* _WORK REQUIRED_: The lines needed are those from the start of the records through the line holding "extrude(amount=-CUT_EXTRUDE1_DEPTH, mode=Mode.SUBTRACT)", each copied exactly.

* _MATERIAL SUPPLIED_:
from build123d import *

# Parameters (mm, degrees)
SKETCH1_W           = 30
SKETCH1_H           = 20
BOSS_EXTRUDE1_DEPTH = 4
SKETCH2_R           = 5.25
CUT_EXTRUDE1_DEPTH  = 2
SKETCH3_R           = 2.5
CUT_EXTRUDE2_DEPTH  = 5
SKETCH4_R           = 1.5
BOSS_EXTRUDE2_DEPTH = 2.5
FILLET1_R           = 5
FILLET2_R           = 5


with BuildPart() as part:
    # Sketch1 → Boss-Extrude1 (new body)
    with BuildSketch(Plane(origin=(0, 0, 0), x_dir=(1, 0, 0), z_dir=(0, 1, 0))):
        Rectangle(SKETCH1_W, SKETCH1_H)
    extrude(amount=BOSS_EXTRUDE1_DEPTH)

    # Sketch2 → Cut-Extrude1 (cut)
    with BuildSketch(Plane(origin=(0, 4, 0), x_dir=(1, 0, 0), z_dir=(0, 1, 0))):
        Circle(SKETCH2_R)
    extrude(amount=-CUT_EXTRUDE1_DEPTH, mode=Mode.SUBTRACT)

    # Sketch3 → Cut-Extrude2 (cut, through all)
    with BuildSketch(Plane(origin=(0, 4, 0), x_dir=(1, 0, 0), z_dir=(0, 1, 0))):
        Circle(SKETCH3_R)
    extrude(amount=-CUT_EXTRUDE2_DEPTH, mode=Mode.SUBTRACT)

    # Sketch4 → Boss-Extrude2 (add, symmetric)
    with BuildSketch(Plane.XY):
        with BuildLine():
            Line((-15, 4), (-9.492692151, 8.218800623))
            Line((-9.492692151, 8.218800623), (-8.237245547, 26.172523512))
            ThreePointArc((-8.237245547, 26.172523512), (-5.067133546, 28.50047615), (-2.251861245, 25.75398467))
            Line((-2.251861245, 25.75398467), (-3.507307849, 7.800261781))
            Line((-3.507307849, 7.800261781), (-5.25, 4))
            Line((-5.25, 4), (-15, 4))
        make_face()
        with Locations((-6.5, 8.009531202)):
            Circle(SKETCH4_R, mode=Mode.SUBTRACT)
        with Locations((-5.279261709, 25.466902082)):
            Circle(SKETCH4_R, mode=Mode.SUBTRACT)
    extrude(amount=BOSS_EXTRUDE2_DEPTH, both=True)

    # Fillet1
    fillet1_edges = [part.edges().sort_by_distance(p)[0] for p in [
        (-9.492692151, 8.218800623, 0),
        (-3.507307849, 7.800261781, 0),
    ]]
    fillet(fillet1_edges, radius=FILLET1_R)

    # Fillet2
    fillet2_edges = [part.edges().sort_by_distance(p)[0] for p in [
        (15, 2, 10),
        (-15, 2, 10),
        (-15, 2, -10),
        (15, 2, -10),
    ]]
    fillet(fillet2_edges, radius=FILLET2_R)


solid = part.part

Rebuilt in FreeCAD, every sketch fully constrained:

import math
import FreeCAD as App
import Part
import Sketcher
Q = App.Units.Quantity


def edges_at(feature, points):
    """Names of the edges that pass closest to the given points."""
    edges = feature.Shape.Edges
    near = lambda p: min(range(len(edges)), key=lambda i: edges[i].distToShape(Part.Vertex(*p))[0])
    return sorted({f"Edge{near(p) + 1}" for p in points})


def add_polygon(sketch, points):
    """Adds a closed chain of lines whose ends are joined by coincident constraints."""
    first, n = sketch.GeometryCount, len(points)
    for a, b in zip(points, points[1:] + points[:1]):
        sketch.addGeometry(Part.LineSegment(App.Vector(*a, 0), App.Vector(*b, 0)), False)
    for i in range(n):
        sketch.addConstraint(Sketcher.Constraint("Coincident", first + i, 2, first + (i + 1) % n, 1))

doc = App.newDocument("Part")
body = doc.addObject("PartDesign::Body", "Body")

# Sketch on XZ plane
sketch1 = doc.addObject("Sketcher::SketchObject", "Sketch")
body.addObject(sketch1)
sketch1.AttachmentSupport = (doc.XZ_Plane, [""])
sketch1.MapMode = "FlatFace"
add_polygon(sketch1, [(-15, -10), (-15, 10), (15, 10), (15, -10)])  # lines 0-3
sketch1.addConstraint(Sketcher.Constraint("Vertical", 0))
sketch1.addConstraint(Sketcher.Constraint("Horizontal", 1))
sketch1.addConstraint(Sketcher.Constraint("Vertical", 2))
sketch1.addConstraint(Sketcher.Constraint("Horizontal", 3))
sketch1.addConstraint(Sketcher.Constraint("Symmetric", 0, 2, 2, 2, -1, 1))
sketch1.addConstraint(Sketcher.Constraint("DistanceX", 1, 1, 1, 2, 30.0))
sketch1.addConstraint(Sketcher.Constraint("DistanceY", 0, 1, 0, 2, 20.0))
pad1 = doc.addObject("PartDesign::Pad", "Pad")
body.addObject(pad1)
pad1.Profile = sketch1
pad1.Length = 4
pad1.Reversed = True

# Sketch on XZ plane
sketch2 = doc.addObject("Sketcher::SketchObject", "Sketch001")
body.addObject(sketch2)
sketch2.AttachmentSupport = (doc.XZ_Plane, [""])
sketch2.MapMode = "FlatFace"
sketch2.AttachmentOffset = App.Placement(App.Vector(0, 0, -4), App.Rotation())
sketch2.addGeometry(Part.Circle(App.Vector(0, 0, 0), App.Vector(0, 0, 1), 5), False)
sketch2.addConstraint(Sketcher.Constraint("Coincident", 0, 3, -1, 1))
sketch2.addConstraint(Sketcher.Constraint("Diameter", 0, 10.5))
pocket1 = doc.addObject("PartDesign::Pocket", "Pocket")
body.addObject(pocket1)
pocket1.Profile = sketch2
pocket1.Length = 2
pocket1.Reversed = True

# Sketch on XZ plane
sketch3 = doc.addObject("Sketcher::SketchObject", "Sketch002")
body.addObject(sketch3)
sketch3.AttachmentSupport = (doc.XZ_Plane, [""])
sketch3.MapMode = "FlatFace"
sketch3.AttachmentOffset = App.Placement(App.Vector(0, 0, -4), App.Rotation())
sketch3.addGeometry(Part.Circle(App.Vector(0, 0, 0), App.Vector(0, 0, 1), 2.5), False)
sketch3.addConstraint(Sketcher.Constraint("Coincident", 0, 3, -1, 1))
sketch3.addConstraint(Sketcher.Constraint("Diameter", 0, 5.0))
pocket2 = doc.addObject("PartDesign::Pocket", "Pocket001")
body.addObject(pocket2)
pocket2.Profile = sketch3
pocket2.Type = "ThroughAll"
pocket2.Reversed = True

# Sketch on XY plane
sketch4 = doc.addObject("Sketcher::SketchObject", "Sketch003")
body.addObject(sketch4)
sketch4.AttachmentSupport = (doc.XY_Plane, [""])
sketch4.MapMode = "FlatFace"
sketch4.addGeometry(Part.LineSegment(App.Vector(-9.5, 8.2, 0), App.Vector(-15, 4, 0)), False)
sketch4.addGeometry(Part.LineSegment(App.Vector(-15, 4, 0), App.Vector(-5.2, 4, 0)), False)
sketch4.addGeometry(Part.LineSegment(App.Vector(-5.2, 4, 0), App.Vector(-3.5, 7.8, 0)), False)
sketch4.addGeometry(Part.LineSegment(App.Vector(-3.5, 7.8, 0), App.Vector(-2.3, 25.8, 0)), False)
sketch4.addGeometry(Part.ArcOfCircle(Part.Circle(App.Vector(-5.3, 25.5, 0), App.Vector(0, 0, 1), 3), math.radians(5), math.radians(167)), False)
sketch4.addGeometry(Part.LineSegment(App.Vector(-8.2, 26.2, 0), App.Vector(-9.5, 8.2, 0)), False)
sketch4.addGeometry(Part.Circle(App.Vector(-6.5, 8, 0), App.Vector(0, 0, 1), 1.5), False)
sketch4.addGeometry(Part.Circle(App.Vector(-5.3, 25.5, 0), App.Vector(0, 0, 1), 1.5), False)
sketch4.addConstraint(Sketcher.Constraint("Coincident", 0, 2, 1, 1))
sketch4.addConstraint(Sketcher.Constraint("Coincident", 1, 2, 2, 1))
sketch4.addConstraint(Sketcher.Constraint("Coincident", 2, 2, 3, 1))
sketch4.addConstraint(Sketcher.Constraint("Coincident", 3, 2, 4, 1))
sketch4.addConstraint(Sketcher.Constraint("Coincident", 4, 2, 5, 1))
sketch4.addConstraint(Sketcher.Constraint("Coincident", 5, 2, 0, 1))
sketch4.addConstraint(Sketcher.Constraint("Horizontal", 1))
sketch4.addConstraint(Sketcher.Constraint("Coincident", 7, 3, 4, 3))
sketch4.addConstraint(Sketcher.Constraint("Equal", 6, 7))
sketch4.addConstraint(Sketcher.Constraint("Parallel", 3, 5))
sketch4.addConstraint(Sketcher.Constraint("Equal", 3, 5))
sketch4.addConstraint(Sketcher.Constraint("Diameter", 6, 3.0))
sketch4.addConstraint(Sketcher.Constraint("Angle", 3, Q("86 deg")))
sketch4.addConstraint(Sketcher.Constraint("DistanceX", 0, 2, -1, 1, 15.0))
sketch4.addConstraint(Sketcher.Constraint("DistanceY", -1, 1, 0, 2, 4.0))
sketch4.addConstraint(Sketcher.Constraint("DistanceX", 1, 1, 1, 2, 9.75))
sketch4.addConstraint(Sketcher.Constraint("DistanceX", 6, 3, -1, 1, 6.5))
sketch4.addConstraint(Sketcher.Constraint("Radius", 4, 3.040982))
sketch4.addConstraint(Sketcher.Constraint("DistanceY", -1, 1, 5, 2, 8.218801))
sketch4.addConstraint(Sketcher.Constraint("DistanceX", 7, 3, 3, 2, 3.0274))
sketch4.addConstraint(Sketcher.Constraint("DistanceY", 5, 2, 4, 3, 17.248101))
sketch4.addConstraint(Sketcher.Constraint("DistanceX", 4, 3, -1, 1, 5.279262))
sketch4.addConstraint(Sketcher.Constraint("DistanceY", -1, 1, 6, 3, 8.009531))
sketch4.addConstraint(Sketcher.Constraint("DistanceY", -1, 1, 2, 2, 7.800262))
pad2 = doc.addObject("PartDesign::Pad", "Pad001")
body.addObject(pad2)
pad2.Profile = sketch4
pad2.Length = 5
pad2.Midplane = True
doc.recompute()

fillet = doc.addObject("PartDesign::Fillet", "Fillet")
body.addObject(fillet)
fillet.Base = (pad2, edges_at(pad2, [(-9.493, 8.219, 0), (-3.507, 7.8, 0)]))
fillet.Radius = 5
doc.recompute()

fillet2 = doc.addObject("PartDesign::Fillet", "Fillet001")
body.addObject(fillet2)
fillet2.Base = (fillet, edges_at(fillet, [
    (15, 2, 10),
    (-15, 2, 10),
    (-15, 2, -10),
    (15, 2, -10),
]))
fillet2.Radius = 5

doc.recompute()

* _ANSWER BOX_:
from build123d import *

# Parameters (mm, degrees)
SKETCH1_W           = 30
SKETCH1_H           = 20
BOSS_EXTRUDE1_DEPTH = 4
SKETCH2_R           = 5.25
CUT_EXTRUDE1_DEPTH  = 2
SKETCH3_R           = 2.5
CUT_EXTRUDE2_DEPTH  = 5
SKETCH4_R           = 1.5
BOSS_EXTRUDE2_DEPTH = 2.5
FILLET1_R           = 5
FILLET2_R           = 5


with BuildPart() as part:
    # Sketch1 → Boss-Extrude1 (new body)
    with BuildSketch(Plane(origin=(0, 0, 0), x_dir=(1, 0, 0), z_dir=(0, 1, 0))):
        Rectangle(SKETCH1_W, SKETCH1_H)
    extrude(amount=BOSS_EXTRUDE1_DEPTH)

    # Sketch2 → Cut-Extrude1 (cut)
    with BuildSketch(Plane(origin=(0, 4, 0), x_dir=(1, 0, 0), z_dir=(0, 1, 0))):
        Circle(SKETCH2_R)
    extrude(amount=-CUT_EXTRUDE1_DEPTH, mode=Mode.SUBTRACT)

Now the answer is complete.